Let's get the index of the example where the classifier is most confident (highest `predict_proba` score for positive). 

In [None]:
# most_positive = np.argmax(pos_probs)

In [None]:
# X_train.iloc[most_positive]

In [None]:
# print("True target: %s\n" % (y_train.iloc[most_positive]))
# print("Predicted target: %s\n" % (pipe_lr.predict(X_train.iloc[[most_positive]])[0]))
# print("Prediction probability: %0.4f" % (pos_probs[most_positive]))

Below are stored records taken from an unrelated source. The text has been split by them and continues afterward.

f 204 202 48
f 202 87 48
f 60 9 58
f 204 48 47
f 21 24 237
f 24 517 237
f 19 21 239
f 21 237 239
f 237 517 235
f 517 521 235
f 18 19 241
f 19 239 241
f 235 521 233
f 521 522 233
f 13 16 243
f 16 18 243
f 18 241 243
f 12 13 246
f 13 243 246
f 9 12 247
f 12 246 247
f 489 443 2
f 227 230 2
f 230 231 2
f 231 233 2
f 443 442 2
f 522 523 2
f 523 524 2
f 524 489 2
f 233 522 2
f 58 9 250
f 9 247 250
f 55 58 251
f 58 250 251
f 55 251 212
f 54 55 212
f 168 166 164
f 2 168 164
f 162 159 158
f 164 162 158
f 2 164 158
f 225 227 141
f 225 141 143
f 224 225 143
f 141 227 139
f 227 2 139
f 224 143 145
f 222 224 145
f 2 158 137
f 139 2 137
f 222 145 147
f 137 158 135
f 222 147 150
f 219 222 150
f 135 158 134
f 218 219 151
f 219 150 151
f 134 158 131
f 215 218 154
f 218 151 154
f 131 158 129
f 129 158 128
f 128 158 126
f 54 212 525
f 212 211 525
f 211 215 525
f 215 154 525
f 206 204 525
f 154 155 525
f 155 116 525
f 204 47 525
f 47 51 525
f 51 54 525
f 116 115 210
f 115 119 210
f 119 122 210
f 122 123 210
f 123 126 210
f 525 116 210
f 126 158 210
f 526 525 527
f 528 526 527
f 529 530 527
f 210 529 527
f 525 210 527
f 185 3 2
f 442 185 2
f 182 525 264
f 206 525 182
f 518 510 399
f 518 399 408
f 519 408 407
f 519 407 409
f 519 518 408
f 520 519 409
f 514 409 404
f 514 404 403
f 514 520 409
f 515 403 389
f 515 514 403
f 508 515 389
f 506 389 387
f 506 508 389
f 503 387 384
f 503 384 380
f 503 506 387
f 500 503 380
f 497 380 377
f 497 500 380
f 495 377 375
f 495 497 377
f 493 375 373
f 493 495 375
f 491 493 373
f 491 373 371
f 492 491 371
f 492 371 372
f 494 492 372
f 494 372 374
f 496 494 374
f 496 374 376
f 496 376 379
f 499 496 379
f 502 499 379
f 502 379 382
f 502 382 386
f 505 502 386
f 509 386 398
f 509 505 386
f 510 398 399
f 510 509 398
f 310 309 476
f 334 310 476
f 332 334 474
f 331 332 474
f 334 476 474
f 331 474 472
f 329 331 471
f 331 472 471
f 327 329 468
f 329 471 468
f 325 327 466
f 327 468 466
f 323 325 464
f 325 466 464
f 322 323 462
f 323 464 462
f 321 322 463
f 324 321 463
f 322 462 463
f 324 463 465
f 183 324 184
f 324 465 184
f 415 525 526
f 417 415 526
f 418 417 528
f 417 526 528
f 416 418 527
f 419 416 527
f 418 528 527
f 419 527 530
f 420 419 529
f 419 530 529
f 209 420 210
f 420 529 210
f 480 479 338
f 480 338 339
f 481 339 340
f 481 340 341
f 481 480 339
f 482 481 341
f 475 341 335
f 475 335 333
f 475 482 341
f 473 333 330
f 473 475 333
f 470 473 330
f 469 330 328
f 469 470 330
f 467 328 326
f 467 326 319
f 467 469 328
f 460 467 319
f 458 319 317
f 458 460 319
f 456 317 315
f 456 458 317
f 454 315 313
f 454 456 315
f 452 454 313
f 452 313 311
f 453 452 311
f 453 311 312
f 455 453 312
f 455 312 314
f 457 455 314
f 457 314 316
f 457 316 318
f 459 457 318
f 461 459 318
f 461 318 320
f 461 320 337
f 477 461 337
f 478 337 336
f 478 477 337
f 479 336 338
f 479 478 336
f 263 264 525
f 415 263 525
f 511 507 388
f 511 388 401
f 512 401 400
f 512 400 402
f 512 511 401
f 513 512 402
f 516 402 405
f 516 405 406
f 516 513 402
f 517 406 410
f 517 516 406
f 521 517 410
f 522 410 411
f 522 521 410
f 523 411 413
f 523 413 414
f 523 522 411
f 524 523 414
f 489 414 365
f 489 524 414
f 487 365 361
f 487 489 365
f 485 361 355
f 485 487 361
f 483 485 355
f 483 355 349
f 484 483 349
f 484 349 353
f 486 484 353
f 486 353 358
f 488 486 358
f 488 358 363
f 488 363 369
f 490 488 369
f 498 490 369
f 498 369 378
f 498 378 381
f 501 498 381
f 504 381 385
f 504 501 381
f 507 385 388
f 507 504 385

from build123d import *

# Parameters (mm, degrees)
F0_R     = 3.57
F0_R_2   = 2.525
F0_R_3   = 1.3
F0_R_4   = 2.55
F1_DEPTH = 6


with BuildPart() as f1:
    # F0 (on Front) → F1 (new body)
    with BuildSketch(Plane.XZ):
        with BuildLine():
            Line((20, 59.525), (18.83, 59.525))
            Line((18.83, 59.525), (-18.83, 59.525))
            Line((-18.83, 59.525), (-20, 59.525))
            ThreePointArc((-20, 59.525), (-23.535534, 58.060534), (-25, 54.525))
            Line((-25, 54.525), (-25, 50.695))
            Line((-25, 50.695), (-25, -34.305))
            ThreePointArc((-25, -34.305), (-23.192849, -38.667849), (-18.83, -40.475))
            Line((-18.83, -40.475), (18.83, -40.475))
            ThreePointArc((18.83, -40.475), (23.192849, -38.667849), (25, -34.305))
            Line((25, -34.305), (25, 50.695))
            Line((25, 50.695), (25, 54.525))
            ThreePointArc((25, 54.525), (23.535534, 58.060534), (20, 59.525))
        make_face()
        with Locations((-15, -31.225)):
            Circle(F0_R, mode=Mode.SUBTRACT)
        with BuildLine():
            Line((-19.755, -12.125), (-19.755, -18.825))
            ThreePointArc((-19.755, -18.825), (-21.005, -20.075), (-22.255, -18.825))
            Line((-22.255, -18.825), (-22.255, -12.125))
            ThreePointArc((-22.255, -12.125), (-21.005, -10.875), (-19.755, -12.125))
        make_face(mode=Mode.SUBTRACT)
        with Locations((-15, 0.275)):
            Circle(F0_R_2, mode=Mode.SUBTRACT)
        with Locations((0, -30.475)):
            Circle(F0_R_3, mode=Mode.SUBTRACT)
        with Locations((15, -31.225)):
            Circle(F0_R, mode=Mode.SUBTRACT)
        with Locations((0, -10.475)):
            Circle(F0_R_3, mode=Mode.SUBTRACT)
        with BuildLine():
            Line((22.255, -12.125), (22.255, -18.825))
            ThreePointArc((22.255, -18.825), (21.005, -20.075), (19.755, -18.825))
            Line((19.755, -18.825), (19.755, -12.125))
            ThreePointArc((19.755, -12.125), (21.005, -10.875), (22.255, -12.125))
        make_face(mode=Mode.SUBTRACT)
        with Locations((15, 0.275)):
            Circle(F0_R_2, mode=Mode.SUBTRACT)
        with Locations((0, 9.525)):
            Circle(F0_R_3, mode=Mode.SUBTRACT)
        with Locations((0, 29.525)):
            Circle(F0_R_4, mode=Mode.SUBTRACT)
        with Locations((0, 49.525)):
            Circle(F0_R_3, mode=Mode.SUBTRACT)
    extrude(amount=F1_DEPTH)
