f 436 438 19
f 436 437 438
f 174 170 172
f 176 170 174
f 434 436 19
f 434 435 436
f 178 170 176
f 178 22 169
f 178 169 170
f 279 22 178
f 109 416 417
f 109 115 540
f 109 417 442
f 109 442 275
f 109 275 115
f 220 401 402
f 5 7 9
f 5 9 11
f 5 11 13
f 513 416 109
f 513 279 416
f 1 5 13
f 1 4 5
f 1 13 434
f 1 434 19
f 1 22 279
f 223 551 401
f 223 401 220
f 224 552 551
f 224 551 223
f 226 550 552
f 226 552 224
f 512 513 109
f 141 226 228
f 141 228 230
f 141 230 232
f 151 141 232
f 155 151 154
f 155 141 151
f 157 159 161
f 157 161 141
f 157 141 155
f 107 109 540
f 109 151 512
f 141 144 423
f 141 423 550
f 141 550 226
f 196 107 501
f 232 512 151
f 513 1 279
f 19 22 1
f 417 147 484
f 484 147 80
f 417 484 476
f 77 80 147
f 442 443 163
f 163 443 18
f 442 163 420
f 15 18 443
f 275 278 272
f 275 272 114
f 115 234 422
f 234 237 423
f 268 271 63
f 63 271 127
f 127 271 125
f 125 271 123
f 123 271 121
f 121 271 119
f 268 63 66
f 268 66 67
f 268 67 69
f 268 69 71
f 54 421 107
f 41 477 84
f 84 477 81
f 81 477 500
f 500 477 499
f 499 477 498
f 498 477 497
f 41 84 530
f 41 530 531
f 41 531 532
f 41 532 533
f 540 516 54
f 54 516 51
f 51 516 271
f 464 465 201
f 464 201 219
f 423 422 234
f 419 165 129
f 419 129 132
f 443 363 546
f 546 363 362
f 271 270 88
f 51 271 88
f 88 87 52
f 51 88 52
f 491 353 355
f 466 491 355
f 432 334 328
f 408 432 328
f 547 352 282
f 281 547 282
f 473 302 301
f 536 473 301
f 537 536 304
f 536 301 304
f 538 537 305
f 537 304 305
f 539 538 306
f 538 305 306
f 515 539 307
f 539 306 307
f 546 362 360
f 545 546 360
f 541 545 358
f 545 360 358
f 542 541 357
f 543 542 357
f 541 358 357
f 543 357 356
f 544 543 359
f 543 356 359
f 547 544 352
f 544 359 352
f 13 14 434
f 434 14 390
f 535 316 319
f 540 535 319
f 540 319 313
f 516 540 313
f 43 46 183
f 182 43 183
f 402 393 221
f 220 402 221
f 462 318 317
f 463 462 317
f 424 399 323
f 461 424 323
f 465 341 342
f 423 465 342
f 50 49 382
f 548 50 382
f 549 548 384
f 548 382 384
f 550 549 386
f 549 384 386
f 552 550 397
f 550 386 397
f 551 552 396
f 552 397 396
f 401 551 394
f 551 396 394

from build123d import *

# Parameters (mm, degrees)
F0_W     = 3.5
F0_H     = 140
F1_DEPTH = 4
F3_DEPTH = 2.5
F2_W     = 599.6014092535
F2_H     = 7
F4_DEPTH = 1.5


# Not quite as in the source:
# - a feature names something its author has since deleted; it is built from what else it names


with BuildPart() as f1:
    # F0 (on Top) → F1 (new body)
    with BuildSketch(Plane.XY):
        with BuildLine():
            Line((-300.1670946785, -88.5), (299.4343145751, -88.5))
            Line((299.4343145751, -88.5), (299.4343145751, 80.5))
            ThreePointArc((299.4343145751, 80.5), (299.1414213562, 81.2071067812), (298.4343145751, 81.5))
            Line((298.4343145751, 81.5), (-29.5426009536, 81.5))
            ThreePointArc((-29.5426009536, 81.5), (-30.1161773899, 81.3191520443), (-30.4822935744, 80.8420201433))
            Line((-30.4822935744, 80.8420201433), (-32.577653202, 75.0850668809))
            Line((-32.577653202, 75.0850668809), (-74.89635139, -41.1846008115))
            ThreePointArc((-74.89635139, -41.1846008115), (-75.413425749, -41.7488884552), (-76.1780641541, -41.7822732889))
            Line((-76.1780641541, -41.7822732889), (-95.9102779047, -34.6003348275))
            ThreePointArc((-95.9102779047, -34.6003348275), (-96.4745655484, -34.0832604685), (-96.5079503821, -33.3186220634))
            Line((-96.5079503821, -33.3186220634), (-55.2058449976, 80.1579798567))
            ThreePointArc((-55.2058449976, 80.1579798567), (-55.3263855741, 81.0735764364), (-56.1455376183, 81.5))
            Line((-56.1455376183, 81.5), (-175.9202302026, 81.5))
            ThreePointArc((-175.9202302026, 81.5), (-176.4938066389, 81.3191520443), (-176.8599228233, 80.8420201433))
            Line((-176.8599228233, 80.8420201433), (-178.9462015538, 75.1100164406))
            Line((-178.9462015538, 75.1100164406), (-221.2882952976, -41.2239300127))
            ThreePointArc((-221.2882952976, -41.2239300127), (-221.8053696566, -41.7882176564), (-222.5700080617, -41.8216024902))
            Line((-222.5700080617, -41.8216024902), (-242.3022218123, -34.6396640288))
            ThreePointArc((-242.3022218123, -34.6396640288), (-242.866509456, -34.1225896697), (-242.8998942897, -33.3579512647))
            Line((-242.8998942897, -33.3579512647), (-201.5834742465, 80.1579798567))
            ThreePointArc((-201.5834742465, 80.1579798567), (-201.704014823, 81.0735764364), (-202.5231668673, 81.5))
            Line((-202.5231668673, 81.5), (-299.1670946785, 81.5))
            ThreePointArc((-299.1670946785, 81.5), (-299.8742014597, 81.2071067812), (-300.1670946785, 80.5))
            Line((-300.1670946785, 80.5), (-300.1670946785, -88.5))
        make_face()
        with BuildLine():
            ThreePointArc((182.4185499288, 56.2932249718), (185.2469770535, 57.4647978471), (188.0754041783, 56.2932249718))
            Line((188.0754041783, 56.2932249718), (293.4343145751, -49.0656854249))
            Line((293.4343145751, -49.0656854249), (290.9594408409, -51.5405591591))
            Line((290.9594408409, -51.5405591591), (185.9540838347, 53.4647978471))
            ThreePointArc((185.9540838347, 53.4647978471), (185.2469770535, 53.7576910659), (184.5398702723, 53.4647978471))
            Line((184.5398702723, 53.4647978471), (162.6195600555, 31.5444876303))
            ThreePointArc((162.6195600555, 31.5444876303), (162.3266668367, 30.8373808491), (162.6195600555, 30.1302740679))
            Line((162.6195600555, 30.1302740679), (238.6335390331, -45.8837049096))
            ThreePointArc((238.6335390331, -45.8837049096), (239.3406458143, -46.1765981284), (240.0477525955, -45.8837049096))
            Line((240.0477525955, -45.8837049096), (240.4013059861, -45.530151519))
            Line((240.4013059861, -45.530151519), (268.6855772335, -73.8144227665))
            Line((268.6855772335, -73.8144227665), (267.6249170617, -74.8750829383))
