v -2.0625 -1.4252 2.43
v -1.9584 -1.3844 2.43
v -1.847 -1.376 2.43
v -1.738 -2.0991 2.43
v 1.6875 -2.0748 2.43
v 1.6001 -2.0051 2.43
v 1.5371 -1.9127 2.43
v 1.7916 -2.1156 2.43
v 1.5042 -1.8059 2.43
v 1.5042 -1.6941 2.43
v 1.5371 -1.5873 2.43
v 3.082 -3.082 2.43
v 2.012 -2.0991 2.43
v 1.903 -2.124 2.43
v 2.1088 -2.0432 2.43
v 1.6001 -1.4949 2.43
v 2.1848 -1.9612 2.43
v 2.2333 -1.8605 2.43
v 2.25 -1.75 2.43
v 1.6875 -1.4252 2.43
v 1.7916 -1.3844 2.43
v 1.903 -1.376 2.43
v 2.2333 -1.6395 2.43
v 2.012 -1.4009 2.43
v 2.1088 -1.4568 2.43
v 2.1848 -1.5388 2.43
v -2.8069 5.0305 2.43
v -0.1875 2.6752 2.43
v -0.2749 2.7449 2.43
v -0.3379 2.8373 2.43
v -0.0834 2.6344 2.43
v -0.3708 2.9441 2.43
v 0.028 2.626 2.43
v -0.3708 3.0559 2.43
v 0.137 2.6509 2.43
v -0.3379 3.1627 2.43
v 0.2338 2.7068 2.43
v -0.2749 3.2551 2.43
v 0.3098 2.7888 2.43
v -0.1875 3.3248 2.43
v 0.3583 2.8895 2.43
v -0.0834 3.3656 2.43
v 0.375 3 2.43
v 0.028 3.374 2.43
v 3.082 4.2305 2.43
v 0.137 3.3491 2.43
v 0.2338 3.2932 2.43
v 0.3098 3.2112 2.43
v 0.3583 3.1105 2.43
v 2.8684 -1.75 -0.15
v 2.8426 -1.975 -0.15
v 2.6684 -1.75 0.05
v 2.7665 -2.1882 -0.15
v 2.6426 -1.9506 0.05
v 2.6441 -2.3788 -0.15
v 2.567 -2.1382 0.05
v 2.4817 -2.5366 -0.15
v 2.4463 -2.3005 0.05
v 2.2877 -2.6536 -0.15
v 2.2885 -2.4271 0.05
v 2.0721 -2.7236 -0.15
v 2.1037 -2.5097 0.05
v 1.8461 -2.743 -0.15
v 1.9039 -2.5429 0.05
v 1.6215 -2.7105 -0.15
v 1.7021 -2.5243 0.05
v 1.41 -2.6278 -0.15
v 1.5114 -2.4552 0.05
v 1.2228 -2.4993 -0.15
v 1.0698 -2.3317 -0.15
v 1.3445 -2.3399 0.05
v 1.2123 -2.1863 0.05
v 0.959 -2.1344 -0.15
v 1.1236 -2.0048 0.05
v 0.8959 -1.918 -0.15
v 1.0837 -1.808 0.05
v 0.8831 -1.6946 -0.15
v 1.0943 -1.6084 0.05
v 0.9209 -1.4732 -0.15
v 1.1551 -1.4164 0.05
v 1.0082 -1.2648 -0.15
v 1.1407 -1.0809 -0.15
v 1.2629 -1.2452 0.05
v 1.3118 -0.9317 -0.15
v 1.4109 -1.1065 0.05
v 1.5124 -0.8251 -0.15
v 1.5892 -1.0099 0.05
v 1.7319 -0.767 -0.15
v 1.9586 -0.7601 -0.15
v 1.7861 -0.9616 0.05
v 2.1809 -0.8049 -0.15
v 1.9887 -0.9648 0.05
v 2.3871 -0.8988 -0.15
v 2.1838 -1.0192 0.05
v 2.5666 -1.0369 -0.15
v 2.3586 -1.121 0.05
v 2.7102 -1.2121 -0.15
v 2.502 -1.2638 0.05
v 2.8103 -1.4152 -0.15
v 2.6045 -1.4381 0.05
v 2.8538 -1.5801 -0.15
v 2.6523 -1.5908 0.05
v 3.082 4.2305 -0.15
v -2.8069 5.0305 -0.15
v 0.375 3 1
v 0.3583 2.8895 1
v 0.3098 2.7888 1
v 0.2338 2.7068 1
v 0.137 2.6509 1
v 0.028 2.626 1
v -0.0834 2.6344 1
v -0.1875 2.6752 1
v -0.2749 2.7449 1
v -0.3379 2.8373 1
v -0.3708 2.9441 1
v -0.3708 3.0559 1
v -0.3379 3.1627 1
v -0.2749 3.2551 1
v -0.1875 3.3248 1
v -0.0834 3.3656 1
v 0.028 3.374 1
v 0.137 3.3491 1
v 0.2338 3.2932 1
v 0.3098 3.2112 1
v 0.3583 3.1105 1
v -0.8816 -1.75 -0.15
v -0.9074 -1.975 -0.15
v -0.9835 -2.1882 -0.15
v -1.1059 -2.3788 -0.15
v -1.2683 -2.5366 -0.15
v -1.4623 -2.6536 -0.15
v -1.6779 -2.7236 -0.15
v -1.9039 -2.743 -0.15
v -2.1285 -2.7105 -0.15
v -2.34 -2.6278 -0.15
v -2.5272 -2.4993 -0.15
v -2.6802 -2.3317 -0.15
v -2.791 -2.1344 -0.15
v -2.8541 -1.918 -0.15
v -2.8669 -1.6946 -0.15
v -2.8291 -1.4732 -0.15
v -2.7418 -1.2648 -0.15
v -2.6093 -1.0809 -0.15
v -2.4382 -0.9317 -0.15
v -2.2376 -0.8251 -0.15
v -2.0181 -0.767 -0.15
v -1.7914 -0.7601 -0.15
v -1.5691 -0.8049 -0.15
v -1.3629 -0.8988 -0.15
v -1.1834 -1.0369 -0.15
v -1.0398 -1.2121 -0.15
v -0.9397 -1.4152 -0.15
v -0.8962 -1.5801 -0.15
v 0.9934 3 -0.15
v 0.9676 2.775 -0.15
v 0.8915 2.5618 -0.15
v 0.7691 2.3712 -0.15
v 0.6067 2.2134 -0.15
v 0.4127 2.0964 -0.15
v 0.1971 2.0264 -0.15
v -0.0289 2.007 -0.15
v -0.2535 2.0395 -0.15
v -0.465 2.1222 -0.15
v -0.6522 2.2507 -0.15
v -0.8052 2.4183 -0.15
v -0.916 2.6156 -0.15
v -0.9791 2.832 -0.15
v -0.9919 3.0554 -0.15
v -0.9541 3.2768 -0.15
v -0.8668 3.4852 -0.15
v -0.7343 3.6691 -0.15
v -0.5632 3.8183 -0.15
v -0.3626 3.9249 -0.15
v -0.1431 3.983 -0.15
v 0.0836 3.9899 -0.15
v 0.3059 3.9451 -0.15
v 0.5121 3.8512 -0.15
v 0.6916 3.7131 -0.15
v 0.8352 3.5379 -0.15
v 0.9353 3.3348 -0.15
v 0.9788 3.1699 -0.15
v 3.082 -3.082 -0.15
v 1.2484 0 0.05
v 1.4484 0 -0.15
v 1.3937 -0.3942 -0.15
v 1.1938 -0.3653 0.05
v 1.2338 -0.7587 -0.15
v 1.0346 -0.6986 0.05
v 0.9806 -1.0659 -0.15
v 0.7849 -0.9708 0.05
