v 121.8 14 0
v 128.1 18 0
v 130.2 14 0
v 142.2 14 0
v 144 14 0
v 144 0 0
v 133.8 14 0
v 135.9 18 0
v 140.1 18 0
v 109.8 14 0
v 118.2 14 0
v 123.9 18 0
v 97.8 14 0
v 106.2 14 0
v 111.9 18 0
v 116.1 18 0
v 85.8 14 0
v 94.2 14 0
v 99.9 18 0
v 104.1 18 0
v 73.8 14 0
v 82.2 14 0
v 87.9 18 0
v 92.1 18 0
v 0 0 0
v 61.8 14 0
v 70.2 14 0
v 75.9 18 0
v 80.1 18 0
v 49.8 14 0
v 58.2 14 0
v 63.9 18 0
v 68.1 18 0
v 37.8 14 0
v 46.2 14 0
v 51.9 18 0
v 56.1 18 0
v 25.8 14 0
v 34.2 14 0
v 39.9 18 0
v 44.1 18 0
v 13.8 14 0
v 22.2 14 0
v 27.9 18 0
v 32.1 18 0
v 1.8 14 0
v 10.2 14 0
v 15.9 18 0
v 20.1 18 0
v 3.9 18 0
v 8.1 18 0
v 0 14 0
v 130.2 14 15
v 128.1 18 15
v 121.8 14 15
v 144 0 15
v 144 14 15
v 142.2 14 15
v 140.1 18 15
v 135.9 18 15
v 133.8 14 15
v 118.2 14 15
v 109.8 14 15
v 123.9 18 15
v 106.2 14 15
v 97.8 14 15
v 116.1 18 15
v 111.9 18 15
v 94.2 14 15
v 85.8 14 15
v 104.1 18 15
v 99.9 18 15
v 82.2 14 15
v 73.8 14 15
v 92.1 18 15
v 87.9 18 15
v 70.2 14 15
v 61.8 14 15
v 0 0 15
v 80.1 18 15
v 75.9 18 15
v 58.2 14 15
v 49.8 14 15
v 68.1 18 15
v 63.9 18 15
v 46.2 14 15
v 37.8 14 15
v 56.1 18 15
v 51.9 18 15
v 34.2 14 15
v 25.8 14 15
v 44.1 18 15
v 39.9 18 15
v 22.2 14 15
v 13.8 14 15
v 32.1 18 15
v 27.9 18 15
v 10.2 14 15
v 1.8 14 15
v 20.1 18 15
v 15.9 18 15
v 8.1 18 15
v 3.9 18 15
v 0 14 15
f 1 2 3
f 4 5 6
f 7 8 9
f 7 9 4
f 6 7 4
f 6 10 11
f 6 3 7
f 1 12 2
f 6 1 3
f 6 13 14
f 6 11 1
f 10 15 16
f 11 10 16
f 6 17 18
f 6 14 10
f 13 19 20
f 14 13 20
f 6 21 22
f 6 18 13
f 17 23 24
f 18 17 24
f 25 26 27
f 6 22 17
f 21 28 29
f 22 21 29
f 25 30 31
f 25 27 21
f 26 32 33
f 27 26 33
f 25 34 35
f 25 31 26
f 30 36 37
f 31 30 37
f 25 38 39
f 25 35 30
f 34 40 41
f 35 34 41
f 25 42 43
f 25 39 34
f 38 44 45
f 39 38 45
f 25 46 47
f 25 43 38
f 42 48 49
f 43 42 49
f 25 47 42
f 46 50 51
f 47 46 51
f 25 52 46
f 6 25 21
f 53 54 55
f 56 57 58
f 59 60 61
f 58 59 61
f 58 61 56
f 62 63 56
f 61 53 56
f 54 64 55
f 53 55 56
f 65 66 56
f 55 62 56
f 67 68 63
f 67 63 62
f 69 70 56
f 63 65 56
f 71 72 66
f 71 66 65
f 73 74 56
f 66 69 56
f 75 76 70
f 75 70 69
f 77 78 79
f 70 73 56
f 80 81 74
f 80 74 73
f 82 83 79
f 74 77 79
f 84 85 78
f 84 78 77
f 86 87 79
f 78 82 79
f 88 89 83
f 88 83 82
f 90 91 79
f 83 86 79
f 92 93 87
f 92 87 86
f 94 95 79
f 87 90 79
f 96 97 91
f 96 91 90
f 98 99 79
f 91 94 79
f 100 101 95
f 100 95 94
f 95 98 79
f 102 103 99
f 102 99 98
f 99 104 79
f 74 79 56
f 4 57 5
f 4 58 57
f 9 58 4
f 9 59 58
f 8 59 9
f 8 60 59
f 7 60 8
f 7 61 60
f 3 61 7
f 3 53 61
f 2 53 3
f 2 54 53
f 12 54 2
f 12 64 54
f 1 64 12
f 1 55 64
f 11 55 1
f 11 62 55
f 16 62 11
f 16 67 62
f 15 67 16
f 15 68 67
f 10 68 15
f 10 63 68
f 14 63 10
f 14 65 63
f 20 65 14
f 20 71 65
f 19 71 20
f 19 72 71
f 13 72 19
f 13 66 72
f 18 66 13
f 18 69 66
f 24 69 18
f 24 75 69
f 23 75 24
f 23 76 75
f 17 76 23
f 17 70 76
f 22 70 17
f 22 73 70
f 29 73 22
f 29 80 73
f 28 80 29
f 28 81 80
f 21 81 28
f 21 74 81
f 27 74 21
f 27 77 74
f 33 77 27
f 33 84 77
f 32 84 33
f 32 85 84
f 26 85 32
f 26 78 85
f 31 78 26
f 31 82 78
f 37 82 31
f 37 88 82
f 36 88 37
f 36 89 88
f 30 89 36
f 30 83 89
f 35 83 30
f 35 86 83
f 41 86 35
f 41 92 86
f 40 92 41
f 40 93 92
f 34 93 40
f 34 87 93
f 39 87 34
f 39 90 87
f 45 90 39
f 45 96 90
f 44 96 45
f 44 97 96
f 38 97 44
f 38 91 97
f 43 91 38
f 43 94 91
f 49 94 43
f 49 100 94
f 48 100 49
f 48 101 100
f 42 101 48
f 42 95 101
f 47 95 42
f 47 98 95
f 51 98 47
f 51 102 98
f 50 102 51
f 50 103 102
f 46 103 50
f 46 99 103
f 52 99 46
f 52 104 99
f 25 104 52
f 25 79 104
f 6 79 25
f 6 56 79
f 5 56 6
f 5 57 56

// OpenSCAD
$fn = 32;

// ----------------------------------------------------------------------
// Gear rack: 12 teeth, pitch 12 mm
// ----------------------------------------------------------------------

// --- parameters (mm) ---
teeth = 12;               // number of teeth
pitch = 12;               // tooth pitch, X
root_w = 8.4;             // tooth width at the root
tip_w = 4.2;              // tooth width at the tip
base_h = 14;              // rack body height, Y
tooth_h = 4;              // tooth height above the body
plate_t = 15;             // rack width, Z (extrusion height)

rack_l = teeth * pitch;  // overall length
total_h = base_h + tooth_h;  // overall height

profile = [[0, 0], [144, 0], [144, 14], [142.2, 14], [140.1, 18], [135.9, 18], [133.8, 14], [130.2, 14], [128.1, 18], [123.9, 18], [121.8, 14], [118.2, 14], [116.1, 18], [111.9, 18], [109.8, 14], [106.2, 14], [104.1, 18], [99.9, 18], [97.8, 14], [94.2, 14], [92.1, 18], [87.9, 18], [85.8, 14], [82.2, 14], [80.1, 18], [75.9, 18], [73.8, 14], [70.2, 14], [68.1, 18], [63.9, 18], [61.8, 14], [58.2, 14], [56.1, 18], [51.9, 18], [49.8, 14], [46.2, 14], [44.1, 18], [39.9, 18], [37.8, 14], [34.2, 14], [32.1, 18], [27.9, 18], [25.8, 14], [22.2, 14], [20.1, 18], [15.9, 18], [13.8, 14], [10.2, 14], [8.1, 18], [3.9, 18], [1.8, 14], [0, 14]];  // primary outline, 52 points, counter clockwise

// --- the one profile operation ---
linear_extrude(height = plate_t) polygon(points = profile);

Let's examine the features associated with the review. 

In [None]:
# feat_vec = pipe_lr.named_steps["countvectorizer"].transform(
#     X_train.iloc[[most_positive]]
# )
# words_in_ex = feat_vec.toarray().ravel().astype(bool)
# mglearn.tools.visualize_coefficients(
#     coeffs[words_in_ex], np.array(feature_names)[words_in_ex], n_top_features=20
# )

The review has both positive and negative words but the words with **positive** coefficients win in this case! 

### Most negative review 

In [None]:
# neg_probs = pipe_lr.predict_proba(X_train)[
#     :, 0
# ]  # only get probabilities associated with pos class
# neg_probs

In [None]:
# most_negative = np.argmax(neg_probs)

In [None]:
# print("Review: %s\n" % (X_train.iloc[[most_negative]]))
# print("True target: %s\n" % (y_train.iloc[most_negative]))
# print("Predicted target: %s\n" % (pipe_lr.predict(X_train.iloc[[most_negative]])[0]))
# print("Prediction probability: %0.4f" % (pos_probs[most_negative]))

In [None]:
# feat_vec = pipe_lr.named_steps["countvectorizer"].transform(
#     X_train.iloc[[most_negative]]
# )
# words_in_ex = feat_vec.toarray().ravel().astype(bool)
# mglearn.tools.visualize_coefficients(
#     coeffs[words_in_ex], np.array(feature_names)[words_in_ex], n_top_features=20
# )

The review has both positive and negative words but the words with negative coefficients win in this case! 

## ❓❓ Questions for you

#### Question for you to ponder on 

- Is it possible to identify most important features using $k$-NNs? What about decision trees?